> **Exercise data**:
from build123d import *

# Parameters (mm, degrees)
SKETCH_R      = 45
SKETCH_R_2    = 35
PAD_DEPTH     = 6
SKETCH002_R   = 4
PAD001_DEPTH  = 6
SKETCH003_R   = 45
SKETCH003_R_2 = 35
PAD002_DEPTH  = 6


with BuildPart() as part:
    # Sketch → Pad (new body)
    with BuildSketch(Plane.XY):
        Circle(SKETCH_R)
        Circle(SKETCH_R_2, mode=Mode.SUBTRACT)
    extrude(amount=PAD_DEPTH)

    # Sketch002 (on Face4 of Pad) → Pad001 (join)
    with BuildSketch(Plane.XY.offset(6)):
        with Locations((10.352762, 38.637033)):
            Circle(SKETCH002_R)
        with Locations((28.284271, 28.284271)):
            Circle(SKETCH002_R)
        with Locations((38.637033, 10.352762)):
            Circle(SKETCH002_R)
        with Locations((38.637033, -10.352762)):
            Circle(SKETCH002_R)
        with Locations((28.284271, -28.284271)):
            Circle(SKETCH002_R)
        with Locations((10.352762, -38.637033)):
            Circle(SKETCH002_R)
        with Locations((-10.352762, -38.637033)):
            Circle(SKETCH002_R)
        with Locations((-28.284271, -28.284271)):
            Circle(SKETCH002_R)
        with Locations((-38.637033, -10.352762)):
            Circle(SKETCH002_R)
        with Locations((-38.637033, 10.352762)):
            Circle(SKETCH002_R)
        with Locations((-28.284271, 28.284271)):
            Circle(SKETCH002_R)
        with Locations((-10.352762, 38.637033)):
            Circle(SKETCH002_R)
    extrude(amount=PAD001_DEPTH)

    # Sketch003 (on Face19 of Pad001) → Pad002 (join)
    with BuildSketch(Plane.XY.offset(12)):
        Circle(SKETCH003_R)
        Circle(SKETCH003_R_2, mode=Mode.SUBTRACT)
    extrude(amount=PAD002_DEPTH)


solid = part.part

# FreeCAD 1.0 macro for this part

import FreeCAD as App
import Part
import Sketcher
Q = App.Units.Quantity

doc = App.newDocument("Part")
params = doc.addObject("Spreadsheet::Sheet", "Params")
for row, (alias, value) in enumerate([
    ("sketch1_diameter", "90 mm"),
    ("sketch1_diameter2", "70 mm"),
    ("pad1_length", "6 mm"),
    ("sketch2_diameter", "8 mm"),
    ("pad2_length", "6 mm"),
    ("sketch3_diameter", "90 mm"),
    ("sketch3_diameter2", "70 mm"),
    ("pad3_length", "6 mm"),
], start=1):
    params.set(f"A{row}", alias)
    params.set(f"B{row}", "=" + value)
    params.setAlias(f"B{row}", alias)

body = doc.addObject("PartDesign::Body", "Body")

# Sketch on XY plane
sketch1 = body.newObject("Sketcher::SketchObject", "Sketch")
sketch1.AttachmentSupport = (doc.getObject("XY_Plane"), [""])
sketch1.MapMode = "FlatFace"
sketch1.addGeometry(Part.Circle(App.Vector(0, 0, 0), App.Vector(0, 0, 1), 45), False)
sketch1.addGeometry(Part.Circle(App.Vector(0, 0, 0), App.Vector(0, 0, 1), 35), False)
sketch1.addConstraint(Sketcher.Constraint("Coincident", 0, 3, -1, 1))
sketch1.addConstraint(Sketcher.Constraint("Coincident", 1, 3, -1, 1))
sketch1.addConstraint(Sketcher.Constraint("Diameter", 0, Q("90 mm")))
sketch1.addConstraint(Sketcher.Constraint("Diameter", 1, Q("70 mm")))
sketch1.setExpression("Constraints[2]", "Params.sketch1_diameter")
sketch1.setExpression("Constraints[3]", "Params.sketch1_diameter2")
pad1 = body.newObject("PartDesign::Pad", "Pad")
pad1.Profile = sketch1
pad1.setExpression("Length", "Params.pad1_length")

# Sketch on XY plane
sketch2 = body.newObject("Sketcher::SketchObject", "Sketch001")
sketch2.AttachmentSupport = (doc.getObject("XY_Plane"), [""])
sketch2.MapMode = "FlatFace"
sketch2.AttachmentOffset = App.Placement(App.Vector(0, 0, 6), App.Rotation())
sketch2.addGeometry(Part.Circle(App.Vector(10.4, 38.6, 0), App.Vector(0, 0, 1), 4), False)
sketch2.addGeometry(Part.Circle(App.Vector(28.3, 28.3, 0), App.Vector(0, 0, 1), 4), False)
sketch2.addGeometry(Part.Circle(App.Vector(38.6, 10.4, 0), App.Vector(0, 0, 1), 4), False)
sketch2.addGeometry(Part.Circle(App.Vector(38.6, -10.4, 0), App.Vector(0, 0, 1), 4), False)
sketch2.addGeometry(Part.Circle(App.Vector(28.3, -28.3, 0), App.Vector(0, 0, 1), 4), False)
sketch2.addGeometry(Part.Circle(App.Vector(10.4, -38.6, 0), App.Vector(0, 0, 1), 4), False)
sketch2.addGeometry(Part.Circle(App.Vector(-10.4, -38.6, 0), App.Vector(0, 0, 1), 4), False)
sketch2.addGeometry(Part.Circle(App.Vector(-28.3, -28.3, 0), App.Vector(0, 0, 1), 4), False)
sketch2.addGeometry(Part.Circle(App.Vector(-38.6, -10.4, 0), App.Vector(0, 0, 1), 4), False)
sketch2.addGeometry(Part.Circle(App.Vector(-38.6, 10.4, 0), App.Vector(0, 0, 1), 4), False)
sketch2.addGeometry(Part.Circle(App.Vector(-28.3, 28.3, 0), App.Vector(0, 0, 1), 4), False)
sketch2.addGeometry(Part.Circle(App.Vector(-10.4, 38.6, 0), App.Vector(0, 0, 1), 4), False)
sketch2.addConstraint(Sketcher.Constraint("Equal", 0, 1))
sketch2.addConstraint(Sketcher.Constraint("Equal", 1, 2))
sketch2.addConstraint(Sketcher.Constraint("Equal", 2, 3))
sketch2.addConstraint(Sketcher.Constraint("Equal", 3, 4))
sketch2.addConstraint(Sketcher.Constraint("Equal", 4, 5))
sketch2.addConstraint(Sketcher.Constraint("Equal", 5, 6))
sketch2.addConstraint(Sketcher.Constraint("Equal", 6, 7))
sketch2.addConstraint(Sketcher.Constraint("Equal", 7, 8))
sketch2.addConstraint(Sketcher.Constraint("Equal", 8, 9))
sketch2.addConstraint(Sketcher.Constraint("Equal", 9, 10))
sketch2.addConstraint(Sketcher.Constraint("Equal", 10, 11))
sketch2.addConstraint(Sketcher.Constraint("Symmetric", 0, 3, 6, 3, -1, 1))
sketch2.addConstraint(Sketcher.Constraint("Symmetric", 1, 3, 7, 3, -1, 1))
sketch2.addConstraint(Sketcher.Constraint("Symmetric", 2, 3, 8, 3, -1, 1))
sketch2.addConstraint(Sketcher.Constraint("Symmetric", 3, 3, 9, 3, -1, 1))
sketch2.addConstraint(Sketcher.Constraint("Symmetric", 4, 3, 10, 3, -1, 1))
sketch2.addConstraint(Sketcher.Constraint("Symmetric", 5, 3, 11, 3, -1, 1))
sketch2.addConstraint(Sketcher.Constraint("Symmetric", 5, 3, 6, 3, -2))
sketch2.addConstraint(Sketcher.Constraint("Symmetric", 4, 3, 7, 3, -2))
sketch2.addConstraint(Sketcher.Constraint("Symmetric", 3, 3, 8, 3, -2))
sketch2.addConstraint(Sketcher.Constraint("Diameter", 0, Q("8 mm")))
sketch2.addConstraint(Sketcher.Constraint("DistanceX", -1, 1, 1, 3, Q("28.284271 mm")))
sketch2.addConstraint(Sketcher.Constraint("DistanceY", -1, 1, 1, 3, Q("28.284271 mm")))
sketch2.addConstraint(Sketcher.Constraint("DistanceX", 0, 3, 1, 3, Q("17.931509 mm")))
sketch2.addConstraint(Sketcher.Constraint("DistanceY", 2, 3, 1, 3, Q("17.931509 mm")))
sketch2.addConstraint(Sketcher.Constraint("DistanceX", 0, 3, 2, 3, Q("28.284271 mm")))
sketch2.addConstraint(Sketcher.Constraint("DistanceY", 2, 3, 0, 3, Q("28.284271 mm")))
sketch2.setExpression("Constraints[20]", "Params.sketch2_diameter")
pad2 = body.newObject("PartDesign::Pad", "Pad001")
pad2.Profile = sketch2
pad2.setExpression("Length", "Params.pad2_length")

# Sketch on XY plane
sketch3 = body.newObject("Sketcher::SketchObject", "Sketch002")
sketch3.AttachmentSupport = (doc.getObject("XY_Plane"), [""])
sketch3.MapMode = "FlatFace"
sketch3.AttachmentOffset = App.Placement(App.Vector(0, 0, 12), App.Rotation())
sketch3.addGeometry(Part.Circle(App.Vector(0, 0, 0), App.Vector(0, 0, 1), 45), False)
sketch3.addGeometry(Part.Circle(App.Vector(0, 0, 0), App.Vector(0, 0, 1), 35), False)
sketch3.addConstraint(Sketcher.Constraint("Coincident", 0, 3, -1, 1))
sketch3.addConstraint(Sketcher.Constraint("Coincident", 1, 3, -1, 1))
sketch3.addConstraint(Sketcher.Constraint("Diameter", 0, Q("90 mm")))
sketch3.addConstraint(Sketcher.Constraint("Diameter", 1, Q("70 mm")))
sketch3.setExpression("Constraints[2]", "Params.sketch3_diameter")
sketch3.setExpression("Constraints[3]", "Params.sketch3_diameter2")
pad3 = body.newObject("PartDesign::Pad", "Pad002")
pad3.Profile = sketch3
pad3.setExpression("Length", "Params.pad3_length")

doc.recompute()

> **Directions**: Retype, exactly and in full, the lines above from the one containing "extrude(amount=PAD001_DEPTH)" through the one containing "solid = part.part".

> **Expected answer**:
    extrude(amount=PAD001_DEPTH)

    # Sketch003 (on Face19 of Pad001) → Pad002 (join)
    with BuildSketch(Plane.XY.offset(12)):
        Circle(SKETCH003_R)
        Circle(SKETCH003_R_2, mode=Mode.SUBTRACT)
    extrude(amount=PAD002_DEPTH)


solid = part.part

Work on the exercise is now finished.